### RECORD EXCERPTS
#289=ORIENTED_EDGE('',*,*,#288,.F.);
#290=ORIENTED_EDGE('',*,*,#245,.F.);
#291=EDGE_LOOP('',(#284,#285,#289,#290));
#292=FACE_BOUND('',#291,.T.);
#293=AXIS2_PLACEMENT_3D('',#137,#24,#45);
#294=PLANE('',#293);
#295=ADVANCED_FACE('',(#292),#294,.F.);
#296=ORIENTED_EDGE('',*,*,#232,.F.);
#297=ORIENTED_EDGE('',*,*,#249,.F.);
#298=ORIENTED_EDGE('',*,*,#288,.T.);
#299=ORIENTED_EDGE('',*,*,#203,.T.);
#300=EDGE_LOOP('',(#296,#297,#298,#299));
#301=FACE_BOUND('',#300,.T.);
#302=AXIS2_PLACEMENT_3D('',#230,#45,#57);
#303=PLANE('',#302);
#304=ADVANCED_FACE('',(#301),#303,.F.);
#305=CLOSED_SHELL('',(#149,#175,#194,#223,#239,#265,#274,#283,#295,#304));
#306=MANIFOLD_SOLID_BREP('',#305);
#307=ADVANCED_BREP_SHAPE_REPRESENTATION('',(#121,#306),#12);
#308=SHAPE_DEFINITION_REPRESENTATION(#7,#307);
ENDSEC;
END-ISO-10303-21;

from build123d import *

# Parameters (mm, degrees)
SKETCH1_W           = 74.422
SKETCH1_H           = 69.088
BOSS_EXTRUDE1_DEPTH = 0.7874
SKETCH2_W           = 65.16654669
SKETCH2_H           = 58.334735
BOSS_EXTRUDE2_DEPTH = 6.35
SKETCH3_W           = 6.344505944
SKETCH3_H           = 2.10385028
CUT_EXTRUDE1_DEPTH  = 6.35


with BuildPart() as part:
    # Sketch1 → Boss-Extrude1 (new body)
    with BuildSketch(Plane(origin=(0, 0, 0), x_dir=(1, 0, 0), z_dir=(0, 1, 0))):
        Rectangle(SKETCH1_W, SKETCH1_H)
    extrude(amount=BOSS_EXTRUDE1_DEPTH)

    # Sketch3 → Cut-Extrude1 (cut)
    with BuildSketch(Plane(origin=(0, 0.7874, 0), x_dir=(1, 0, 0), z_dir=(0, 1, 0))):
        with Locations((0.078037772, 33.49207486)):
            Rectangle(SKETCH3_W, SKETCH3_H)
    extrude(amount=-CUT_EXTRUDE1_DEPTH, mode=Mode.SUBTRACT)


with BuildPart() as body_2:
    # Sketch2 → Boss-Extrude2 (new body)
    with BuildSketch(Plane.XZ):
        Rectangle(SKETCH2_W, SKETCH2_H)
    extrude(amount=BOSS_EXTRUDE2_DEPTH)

* * *

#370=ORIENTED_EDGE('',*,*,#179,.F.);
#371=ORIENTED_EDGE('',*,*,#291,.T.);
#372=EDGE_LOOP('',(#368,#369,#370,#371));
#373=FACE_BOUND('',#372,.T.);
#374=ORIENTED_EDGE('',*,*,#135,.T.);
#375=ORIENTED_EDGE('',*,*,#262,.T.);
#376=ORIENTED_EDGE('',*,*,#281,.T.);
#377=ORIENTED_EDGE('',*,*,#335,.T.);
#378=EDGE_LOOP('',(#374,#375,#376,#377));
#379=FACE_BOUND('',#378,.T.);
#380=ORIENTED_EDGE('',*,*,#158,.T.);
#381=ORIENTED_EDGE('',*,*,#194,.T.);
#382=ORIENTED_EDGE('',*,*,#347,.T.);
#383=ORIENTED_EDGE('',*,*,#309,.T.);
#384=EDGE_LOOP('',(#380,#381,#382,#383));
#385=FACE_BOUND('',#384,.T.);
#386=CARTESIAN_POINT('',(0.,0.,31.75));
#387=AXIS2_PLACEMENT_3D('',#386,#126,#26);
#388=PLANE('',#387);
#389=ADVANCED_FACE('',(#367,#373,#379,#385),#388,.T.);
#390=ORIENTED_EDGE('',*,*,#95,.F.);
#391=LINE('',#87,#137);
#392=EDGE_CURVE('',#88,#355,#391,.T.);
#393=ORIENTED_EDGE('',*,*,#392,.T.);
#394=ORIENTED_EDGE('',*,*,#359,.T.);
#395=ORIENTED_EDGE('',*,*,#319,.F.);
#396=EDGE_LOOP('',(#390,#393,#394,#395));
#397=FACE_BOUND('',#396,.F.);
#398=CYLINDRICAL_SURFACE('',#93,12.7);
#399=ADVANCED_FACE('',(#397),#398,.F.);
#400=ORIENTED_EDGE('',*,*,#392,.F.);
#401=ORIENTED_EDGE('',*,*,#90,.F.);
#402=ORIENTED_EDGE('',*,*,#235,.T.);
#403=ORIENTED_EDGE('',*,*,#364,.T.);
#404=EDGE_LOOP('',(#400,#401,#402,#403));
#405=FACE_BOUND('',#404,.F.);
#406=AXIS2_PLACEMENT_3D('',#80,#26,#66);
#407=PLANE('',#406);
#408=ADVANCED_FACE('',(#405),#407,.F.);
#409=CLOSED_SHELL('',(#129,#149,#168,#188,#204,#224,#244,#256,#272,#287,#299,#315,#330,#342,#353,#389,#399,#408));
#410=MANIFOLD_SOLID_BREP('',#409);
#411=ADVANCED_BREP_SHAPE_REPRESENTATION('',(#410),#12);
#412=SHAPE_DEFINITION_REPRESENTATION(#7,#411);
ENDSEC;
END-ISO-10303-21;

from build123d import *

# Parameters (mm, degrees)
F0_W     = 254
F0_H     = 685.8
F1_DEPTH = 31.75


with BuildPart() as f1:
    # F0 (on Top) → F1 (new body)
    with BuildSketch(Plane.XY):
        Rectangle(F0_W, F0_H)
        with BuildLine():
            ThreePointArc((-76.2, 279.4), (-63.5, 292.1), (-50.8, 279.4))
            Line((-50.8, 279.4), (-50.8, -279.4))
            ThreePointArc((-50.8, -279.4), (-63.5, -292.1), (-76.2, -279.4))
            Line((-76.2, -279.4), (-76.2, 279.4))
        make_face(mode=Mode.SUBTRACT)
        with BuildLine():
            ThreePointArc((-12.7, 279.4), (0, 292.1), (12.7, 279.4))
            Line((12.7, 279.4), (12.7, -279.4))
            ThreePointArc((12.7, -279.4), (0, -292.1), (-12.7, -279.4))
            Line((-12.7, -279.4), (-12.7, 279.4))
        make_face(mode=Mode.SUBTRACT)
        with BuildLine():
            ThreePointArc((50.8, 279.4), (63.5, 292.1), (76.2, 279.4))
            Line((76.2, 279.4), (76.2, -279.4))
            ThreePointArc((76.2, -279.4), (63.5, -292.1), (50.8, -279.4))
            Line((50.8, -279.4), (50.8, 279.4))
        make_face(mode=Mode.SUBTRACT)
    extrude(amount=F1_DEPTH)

### WHAT YOU HAVE TO DO
In the listing above, locate the line with "#304=ADVANCED_FACE('',(#301),#303,.F.);" and the line with "Rectangle(SKETCH3_W, SKETCH3_H)", then extract exactly those lines and every line between them, and nothing more.

### SOLUTION FOR THIS TASK
#304=ADVANCED_FACE('',(#301),#303,.F.);
#305=CLOSED_SHELL('',(#149,#175,#194,#223,#239,#265,#274,#283,#295,#304));
#306=MANIFOLD_SOLID_BREP('',#305);
#307=ADVANCED_BREP_SHAPE_REPRESENTATION('',(#121,#306),#12);
#308=SHAPE_DEFINITION_REPRESENTATION(#7,#307);
ENDSEC;
END-ISO-10303-21;

from build123d import *

# Parameters (mm, degrees)
SKETCH1_W           = 74.422
SKETCH1_H           = 69.088
BOSS_EXTRUDE1_DEPTH = 0.7874
SKETCH2_W           = 65.16654669
SKETCH2_H           = 58.334735
BOSS_EXTRUDE2_DEPTH = 6.35
SKETCH3_W           = 6.344505944
SKETCH3_H           = 2.10385028
CUT_EXTRUDE1_DEPTH  = 6.35


with BuildPart() as part:
    # Sketch1 → Boss-Extrude1 (new body)
    with BuildSketch(Plane(origin=(0, 0, 0), x_dir=(1, 0, 0), z_dir=(0, 1, 0))):
        Rectangle(SKETCH1_W, SKETCH1_H)
    extrude(amount=BOSS_EXTRUDE1_DEPTH)

    # Sketch3 → Cut-Extrude1 (cut)
    with BuildSketch(Plane(origin=(0, 0.7874, 0), x_dir=(1, 0, 0), z_dir=(0, 1, 0))):
        with Locations((0.078037772, 33.49207486)):
            Rectangle(SKETCH3_W, SKETCH3_H)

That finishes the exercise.